You actually don't need jQuery for this at all. HTML5 itself has a neat facility for applications ran in online/offline conditions - cache manifest. The cache manifest is a plain text file referenced in the manifest
attribute of <html>
tag:
<html manifest="cache.manifest">
The contents of this manifest file tells the browser, which resources need online conditions to function (NETWORK
), which files to cache (CACHE
) and what to do when network resource is requested while offline (FALLBACK
).
CACHE MANIFEST
# the above line is required
NETWORK:
*
FALLBACK:
* error404.html
CACHE:
index.html
about.html
help.html
# Plus all other resources required to make it look nice
style/default.css
images/logo.png
images/backgound.png
When using manifest, browser first consults the manifest and, without any scripting, acts accordingly based on being online or offline.

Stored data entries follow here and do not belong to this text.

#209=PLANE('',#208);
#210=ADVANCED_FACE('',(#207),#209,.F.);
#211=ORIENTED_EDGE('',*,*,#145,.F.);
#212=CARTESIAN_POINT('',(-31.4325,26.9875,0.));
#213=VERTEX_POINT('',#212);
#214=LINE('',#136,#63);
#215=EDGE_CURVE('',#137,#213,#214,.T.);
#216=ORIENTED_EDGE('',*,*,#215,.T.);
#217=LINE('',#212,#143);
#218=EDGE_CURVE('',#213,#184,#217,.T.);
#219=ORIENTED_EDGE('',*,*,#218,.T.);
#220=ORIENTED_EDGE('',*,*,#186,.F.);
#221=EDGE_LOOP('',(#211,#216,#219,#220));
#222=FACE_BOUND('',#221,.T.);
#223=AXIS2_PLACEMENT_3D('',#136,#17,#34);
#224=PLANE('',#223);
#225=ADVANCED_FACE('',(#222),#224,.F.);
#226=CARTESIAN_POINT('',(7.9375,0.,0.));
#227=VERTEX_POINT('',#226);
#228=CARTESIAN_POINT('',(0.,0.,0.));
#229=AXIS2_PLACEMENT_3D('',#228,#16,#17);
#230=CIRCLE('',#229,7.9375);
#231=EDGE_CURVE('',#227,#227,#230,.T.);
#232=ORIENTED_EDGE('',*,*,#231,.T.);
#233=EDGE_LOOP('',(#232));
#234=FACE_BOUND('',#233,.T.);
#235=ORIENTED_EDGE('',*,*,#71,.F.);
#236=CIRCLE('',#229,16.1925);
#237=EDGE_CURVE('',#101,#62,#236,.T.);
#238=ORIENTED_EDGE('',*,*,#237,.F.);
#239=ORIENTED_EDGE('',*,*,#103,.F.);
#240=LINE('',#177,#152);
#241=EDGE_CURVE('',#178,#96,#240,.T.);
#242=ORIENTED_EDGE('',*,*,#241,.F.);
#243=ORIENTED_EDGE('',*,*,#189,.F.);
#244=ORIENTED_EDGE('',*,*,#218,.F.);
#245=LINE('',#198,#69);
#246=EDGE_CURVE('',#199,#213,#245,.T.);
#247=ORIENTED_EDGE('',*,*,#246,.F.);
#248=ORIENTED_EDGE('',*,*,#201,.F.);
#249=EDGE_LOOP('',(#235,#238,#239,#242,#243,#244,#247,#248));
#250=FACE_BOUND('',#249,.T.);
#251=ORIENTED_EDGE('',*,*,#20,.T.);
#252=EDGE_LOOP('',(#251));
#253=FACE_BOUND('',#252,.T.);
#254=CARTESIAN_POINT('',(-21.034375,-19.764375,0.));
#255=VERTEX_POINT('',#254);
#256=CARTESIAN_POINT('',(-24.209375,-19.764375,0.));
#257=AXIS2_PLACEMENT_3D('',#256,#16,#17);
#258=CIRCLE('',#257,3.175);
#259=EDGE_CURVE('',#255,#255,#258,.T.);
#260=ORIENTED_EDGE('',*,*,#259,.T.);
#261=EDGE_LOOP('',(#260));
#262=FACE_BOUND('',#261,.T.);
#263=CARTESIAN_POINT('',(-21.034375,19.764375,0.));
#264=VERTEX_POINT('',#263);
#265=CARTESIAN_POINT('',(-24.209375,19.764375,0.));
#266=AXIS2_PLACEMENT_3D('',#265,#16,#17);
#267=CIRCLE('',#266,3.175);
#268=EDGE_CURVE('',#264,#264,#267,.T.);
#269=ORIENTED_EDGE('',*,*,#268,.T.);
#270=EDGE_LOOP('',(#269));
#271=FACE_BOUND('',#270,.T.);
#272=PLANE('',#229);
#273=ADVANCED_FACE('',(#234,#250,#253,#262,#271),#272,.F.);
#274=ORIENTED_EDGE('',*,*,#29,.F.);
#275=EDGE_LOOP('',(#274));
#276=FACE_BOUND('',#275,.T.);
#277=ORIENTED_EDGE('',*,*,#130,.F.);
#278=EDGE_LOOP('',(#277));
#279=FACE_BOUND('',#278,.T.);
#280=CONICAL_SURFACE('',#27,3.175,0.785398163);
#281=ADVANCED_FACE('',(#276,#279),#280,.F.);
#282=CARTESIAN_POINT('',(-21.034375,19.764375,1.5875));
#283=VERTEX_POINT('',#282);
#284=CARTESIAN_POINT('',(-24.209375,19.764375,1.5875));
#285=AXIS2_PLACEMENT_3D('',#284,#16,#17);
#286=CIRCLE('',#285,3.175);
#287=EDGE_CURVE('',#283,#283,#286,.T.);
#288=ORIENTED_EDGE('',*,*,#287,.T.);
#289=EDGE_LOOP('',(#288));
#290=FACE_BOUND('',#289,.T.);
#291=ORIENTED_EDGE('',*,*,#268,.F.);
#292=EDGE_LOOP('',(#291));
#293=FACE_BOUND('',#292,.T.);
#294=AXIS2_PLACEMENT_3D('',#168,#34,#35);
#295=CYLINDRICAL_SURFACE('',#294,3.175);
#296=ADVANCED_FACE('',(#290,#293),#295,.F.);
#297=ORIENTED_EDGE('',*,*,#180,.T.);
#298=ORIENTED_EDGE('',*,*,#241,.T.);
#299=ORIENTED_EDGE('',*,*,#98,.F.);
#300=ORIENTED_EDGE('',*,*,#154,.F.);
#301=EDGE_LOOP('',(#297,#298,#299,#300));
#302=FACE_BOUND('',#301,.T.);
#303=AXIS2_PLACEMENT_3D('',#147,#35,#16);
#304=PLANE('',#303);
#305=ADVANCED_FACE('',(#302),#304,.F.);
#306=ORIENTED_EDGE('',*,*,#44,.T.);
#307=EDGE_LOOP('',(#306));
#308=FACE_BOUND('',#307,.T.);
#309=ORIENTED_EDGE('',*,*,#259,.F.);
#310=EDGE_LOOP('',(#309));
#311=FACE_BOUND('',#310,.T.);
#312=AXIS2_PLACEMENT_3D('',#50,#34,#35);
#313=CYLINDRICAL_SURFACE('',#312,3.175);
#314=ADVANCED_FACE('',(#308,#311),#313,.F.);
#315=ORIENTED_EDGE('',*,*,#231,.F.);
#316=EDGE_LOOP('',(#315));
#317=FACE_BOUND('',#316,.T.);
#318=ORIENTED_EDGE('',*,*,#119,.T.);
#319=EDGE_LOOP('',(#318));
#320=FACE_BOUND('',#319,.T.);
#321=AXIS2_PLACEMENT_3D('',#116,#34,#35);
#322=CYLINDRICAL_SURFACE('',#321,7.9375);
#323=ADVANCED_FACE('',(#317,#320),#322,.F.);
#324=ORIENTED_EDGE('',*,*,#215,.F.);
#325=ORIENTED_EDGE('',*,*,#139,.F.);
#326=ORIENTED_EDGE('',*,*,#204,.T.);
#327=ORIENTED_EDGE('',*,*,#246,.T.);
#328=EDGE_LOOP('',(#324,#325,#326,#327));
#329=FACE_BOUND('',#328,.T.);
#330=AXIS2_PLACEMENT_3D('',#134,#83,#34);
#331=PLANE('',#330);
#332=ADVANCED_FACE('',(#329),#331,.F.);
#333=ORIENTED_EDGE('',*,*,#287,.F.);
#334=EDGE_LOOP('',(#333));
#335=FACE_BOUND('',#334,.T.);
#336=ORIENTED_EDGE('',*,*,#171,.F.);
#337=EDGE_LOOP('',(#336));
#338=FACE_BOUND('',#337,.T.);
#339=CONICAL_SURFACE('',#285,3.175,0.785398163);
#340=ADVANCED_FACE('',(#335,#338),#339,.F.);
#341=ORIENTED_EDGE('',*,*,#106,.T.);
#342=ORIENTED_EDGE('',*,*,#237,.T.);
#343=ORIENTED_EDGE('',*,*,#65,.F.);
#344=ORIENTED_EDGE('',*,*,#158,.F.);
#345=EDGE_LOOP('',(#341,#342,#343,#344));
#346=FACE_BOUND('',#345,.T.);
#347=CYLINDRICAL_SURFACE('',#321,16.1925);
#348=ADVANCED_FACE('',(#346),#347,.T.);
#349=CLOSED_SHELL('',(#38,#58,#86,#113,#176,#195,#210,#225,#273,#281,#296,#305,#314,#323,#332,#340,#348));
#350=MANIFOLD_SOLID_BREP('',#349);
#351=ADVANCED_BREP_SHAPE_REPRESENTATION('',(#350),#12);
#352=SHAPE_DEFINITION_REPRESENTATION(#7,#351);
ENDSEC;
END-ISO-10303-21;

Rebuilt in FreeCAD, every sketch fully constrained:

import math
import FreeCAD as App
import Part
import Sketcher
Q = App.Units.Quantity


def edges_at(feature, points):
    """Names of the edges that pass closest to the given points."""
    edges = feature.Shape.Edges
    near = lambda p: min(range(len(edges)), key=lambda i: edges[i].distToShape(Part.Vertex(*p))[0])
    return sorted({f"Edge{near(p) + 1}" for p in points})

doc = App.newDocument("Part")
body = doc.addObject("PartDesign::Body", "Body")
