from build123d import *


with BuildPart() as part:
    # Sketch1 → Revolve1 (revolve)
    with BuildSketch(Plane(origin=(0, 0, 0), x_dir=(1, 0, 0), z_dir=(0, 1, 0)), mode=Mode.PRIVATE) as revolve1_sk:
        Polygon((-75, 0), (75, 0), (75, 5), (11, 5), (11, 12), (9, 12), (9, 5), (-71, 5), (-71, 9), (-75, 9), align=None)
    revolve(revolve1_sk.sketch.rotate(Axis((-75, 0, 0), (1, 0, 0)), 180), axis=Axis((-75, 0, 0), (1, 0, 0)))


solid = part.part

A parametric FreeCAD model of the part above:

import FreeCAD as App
import Part
import Sketcher


def add_polygon(sketch, points):
    """Adds a closed chain of lines whose ends are joined by coincident constraints."""
    first, n = sketch.GeometryCount, len(points)
    for a, b in zip(points, points[1:] + points[:1]):
        sketch.addGeometry(Part.LineSegment(App.Vector(*a, 0), App.Vector(*b, 0)), False)
    for i in range(n):
        sketch.addConstraint(Sketcher.Constraint("Coincident", first + i, 2, first + (i + 1) % n, 1))

doc = App.newDocument("Part")
body = doc.addObject("PartDesign::Body", "Body")

# Sketch on XZ plane
sketch1 = doc.addObject("Sketcher::SketchObject", "Sketch")
body.addObject(sketch1)
sketch1.AttachmentSupport = (doc.XZ_Plane, [""])
sketch1.MapMode = "FlatFace"
add_polygon(sketch1, [(-75, 0), (75, 0), (75, -5), (11, -5), (11, -12), (9, -12), (9, -5), (-71, -5), (-71, -9), (-75, -9)])  # lines 0-9
sketch1.addConstraint([
    Sketcher.Constraint("Horizontal", 0),
    Sketcher.Constraint("Vertical", 1),
    Sketcher.Constraint("Horizontal", 2),
    Sketcher.Constraint("Vertical", 3),
    Sketcher.Constraint("Horizontal", 4),
    Sketcher.Constraint("Vertical", 5),
    Sketcher.Constraint("Horizontal", 6),
    Sketcher.Constraint("Vertical", 7),
    Sketcher.Constraint("Horizontal", 8),
    Sketcher.Constraint("Vertical", 9),
    Sketcher.Constraint("Symmetric", 0, 2, 9, 2, -1, 1),
    Sketcher.Constraint("Horizontal", 2, 2, 5, 2),
    Sketcher.Constraint("Equal", 8, 7),
    Sketcher.Constraint("DistanceX", 0, 1, 0, 2, 150.0),
    Sketcher.Constraint("DistanceX", 2, 2, 2, 1, 64.0),
    Sketcher.Constraint("DistanceX", 4, 2, 4, 1, 2.0),
    Sketcher.Constraint("DistanceX", 6, 2, 6, 1, 80.0),
    Sketcher.Constraint("DistanceY", 1, 2, 1, 1, 5.0),
    Sketcher.Constraint("DistanceY", 3, 2, 3, 1, 7.0),
])
revolution = doc.addObject("PartDesign::Revolution", "Revolution")
body.addObject(revolution)
revolution.Profile = sketch1
revolution.ReferenceAxis = (sketch1, ["H_Axis"])
revolution.Angle = 360

doc.recompute()
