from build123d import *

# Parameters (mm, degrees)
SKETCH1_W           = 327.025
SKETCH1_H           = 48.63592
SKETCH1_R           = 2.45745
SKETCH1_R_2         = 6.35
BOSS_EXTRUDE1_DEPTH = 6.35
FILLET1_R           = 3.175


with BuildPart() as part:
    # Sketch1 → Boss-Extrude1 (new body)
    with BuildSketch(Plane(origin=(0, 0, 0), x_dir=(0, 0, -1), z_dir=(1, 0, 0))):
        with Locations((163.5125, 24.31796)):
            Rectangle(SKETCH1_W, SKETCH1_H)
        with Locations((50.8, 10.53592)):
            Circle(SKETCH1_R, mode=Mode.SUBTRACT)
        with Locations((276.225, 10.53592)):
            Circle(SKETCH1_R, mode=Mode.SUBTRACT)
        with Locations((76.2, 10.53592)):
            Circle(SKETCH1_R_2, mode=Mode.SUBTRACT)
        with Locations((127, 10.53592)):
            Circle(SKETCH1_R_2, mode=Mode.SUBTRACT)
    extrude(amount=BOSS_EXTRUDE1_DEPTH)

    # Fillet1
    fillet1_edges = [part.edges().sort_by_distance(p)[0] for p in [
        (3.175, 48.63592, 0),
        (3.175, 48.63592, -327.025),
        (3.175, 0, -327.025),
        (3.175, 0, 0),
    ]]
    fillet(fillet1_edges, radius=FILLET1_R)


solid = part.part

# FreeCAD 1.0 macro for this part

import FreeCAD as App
import Part
import Sketcher

V = App.Vector
Q = App.Units.Quantity


def edges_at(feature, points):
    """Names of the edges that pass closest to the given points."""
    edges = feature.Shape.Edges
    near = lambda p: min(range(len(edges)), key=lambda i: edges[i].distToShape(Part.Vertex(*p))[0])
    return sorted({f"Edge{near(p) + 1}" for p in points})


def add_polygon(sketch, points):
    """Adds a closed chain of lines whose ends are joined by coincident constraints."""
    first, n = sketch.GeometryCount, len(points)
    for a, b in zip(points, points[1:] + points[:1]):
        sketch.addGeometry(Part.LineSegment(App.Vector(*a, 0), App.Vector(*b, 0)), False)
    for i in range(n):
        sketch.addConstraint(Sketcher.Constraint("Coincident", first + i, 2, first + (i + 1) % n, 1))

doc = App.newDocument("Part")
body = doc.addObject("PartDesign::Body", "Body")

# Sketch on YZ plane
sketch1 = doc.addObject("Sketcher::SketchObject", "Sketch")
body.addObject(sketch1)
sketch1.AttachmentSupport = (doc.YZ_Plane, [""])
sketch1.MapMode = "FlatFace"
add_polygon(sketch1, [(48.6, 0), (0, 0), (0, -327), (48.6, -327)])  # lines 0-3
sketch1.addGeometry(Part.Circle(V(10.5, -50.8, 0), V(0, 0, 1), 2.5), False)  # 4
sketch1.addGeometry(Part.Circle(V(10.5, -76.2, 0), V(0, 0, 1), 6.3), False)  # 5
sketch1.addGeometry(Part.Circle(V(10.5, -127, 0), V(0, 0, 1), 6.3), False)  # 6
sketch1.addGeometry(Part.Circle(V(10.5, -276.2, 0), V(0, 0, 1), 2.5), False)  # 7
sketch1.addConstraint([
    Sketcher.Constraint("Horizontal", 0),
    Sketcher.Constraint("Vertical", 1),
    Sketcher.Constraint("Horizontal", 2),
    Sketcher.Constraint("Vertical", 3),
    Sketcher.Constraint("Coincident", 0, 2, -1, 1),
    Sketcher.Constraint("Equal", 5, 6),
    Sketcher.Constraint("Equal", 4, 7),
    Sketcher.Constraint("Vertical", 4, 3, 5, 3),
    Sketcher.Constraint("Vertical", 5, 3, 6, 3),
    Sketcher.Constraint("Vertical", 6, 3, 7, 3),
    Sketcher.Constraint("Diameter", 5, Q("0.5 in")),
    Sketcher.Constraint("DistanceY", 4, 3, -1, 1, Q("2 in")),
    Sketcher.Constraint("DistanceY", 5, 3, -1, 1, Q("3 in")),
    Sketcher.Constraint("DistanceY", 6, 3, -1, 1, Q("5 in")),
    Sketcher.Constraint("DistanceY", 1, 2, 7, 3, Q("2 in")),
    Sketcher.Constraint("Diameter", 4, Q("0.1935 in")),
    Sketcher.Constraint("DistanceX", 7, 3, 2, 2, Q("1.5 in")),
    Sketcher.Constraint("DistanceY", 1, 2, 1, 1, Q("12.875 in")),
    Sketcher.Constraint("DistanceX", 0, 2, 0, 1, Q("1.9148 in")),
])
pad1 = doc.addObject("PartDesign::Pad", "Pad")
body.addObject(pad1)
pad1.Profile = sketch1
pad1.Length = Q("0.25 in")
doc.recompute()

fillet = doc.addObject("PartDesign::Fillet", "Fillet")
body.addObject(fillet)
fillet.Base = (pad1, edges_at(pad1, [
    (3.175, 48.636, 0),
    (3.175, 48.636, -327.025),
    (3.175, 0, -327.025),
    (3.175, 0, 0),
]))
fillet.Radius = Q("0.125 in")

doc.recompute()
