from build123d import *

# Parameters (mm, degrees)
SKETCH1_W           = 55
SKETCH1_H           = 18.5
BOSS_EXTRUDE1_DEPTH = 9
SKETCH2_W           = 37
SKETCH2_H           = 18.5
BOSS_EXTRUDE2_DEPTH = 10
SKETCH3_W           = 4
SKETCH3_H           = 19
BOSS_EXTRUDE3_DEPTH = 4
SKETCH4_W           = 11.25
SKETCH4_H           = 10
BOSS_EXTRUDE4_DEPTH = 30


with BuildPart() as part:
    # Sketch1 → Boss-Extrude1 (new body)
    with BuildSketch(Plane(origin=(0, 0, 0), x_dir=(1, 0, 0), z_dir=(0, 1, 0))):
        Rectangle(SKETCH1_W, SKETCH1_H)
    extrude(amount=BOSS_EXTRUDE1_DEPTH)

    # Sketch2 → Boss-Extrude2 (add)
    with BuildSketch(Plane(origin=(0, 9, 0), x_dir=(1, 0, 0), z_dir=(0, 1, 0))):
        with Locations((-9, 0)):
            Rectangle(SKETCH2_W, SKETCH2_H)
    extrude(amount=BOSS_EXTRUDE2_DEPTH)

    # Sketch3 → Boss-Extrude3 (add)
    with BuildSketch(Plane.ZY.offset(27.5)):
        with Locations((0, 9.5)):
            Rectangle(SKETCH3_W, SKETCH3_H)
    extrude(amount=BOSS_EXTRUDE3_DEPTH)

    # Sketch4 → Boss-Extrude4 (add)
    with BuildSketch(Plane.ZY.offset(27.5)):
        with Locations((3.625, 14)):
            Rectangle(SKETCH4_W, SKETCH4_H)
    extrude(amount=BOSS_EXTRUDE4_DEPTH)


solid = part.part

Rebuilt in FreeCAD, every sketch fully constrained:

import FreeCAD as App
import Part
import Sketcher

V = App.Vector


def add_polygon(sketch, points):
    """Adds a closed chain of lines whose ends are joined by coincident constraints."""
    first, n = sketch.GeometryCount, len(points)
    for a, b in zip(points, points[1:] + points[:1]):
        sketch.addGeometry(Part.LineSegment(App.Vector(*a, 0), App.Vector(*b, 0)), False)
    for i in range(n):
        sketch.addConstraint(Sketcher.Constraint("Coincident", first + i, 2, first + (i + 1) % n, 1))

doc = App.newDocument("Part")
params = doc.addObject("Spreadsheet::Sheet", "Params")
for row, (alias, value) in enumerate([
    ("sketch1_width", "55 mm"),
    ("sketch1_height", "18.5 mm"),
    ("pad1_length", "9 mm"),
    ("sketch2_width", "37 mm"),
    ("sketch2_height", "18.5 mm"),
    ("pad2_length", "10 mm"),
    ("sketch3_width", "19 mm"),
    ("sketch3_height", "4 mm"),
    ("pad3_length", "4 mm"),
    ("sketch4_width", "10 mm"),
    ("sketch4_height", "11.25 mm"),
    ("pad4_length", "30 mm"),
], start=1):
    params.set(f"A{row}", alias)
    params.set(f"B{row}", "=" + value)
    params.setAlias(f"B{row}", alias)

body = doc.addObject("PartDesign::Body", "Body")

sketch1 = doc.addObject("Sketcher::SketchObject", "Sketch")
body.addObject(sketch1)
sketch1.AttachmentSupport = (doc.XZ_Plane, [""])
sketch1.MapMode = "FlatFace"
add_polygon(sketch1, [(-28, -9), (-28, 9), (28, 9), (28, -9)])
sketch1.addConstraint([
    Sketcher.Constraint("Vertical", 0),
    Sketcher.Constraint("Horizontal", 1),
    Sketcher.Constraint("Vertical", 2),
    Sketcher.Constraint("Horizontal", 3),
    Sketcher.Constraint("Symmetric", 0, 2, 2, 2, -1, 1),
    Sketcher.Constraint("DistanceX", 1, 1, 1, 2, 55.0),
    Sketcher.Constraint("DistanceY", 0, 1, 0, 2, 18.5),
])
sketch1.setExpression("Constraints[9]", "Params.sketch1_width")
sketch1.setExpression("Constraints[10]", "Params.sketch1_height")
pad1 = doc.addObject("PartDesign::Pad", "Pad")
body.addObject(pad1)
pad1.Profile = sketch1
pad1.setExpression("Length", "Params.pad1_length")
pad1.Reversed = True

sketch2 = doc.addObject("Sketcher::SketchObject", "Sketch001")
body.addObject(sketch2)
sketch2.AttachmentSupport = (doc.XZ_Plane, [""])
sketch2.MapMode = "FlatFace"
sketch2.AttachmentOffset = App.Placement(V(0, 0, -9), App.Rotation())
add_polygon(sketch2, [(-28, -9), (-28, 9), (10, 9), (10, -9)])
sketch2.addConstraint([
    Sketcher.Constraint("Vertical", 0),
    Sketcher.Constraint("Horizontal", 1),
    Sketcher.Constraint("Vertical", 2),
    Sketcher.Constraint("Horizontal", 3),
    Sketcher.Constraint("DistanceX", 1, 1, 1, 2, 37.0),
    Sketcher.Constraint("DistanceY", 0, 1, 0, 2, 18.5),
    Sketcher.Constraint("DistanceX", 0, 2, -1, 1, 27.5),
    Sketcher.Constraint("DistanceY", -1, 1, 0, 2, 9.25),
])
sketch2.setExpression("Constraints[8]", "Params.sketch2_width")
sketch2.setExpression("Constraints[9]", "Params.sketch2_height")
pad2 = doc.addObject("PartDesign::Pad", "Pad001")
body.addObject(pad2)
pad2.Profile = sketch2
pad2.setExpression("Length", "Params.pad2_length")
pad2.Reversed = True

sketch3 = doc.addObject("Sketcher::SketchObject", "Sketch002")
body.addObject(sketch3)
sketch3.AttachmentSupport = (doc.YZ_Plane, [""])
sketch3.MapMode = "FlatFace"
sketch3.AttachmentOffset = App.Placement(V(0, 0, -27.5), App.Rotation())
add_polygon(sketch3, [(19, -2), (0, -2), (0, 2), (19, 2)])
sketch3.addConstraint([
    Sketcher.Constraint("Horizontal", 0),
    Sketcher.Constraint("Vertical", 1),
    Sketcher.Constraint("Horizontal", 2),
    Sketcher.Constraint("Vertical", 3),
    Sketcher.Constraint("Symmetric", 0, 2, 1, 2, -1, 1),
    Sketcher.Constraint("DistanceX", 0, 2, 0, 1, 19.0),
    Sketcher.Constraint("DistanceY", 1, 1, 1, 2, 4.0),
])
sketch3.setExpression("Constraints[9]", "Params.sketch3_width")
sketch3.setExpression("Constraints[10]", "Params.sketch3_height")
pad3 = doc.addObject("PartDesign::Pad", "Pad002")
body.addObject(pad3)
pad3.Profile = sketch3
pad3.setExpression("Length", "Params.pad3_length")
pad3.Reversed = True

sketch4 = doc.addObject("Sketcher::SketchObject", "Sketch003")
body.addObject(sketch4)
sketch4.AttachmentSupport = (doc.YZ_Plane, [""])
sketch4.MapMode = "FlatFace"
sketch4.AttachmentOffset = App.Placement(V(0, 0, -27.5), App.Rotation())
add_polygon(sketch4, [(19, -2), (9, -2), (9, 9), (19, 9)])
sketch4.addConstraint([
    Sketcher.Constraint("Horizontal", 0),
    Sketcher.Constraint("Vertical", 1),
    Sketcher.Constraint("Horizontal", 2),
    Sketcher.Constraint("Vertical", 3),
    Sketcher.Constraint("DistanceX", 0, 2, 0, 1, 10.0),
    Sketcher.Constraint("DistanceX", -1, 1, 0, 2, 9.0),
    Sketcher.Constraint("DistanceY", 0, 2, -1, 1, 2.0),
    Sketcher.Constraint("DistanceY", 1, 1, 1, 2, 11.25),
])
sketch4.setExpression("Constraints[8]", "Params.sketch4_width")
sketch4.setExpression("Constraints[11]", "Params.sketch4_height")
pad4 = doc.addObject("PartDesign::Pad", "Pad003")
body.addObject(pad4)
pad4.Profile = sketch4
pad4.setExpression("Length", "Params.pad4_length")
pad4.Reversed = True

doc.recompute()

http://dev.w3.org/html5/spec-preview/offline.html#manifests
UPDATE:
Please note the crucial requirement on response content type. Plain text simply doesn't work.
Manifests must be served using the text/cache-manifest
MIME type.
http://dev.w3.org/html5/spec-preview/offline.html#writing-cache-manifests
Also be aware that all URLs not listed in the manifest are blocked from load as a result. That's why I've fixed the above manifest with wildcards (*
) to allow "the rest". That might help you get started.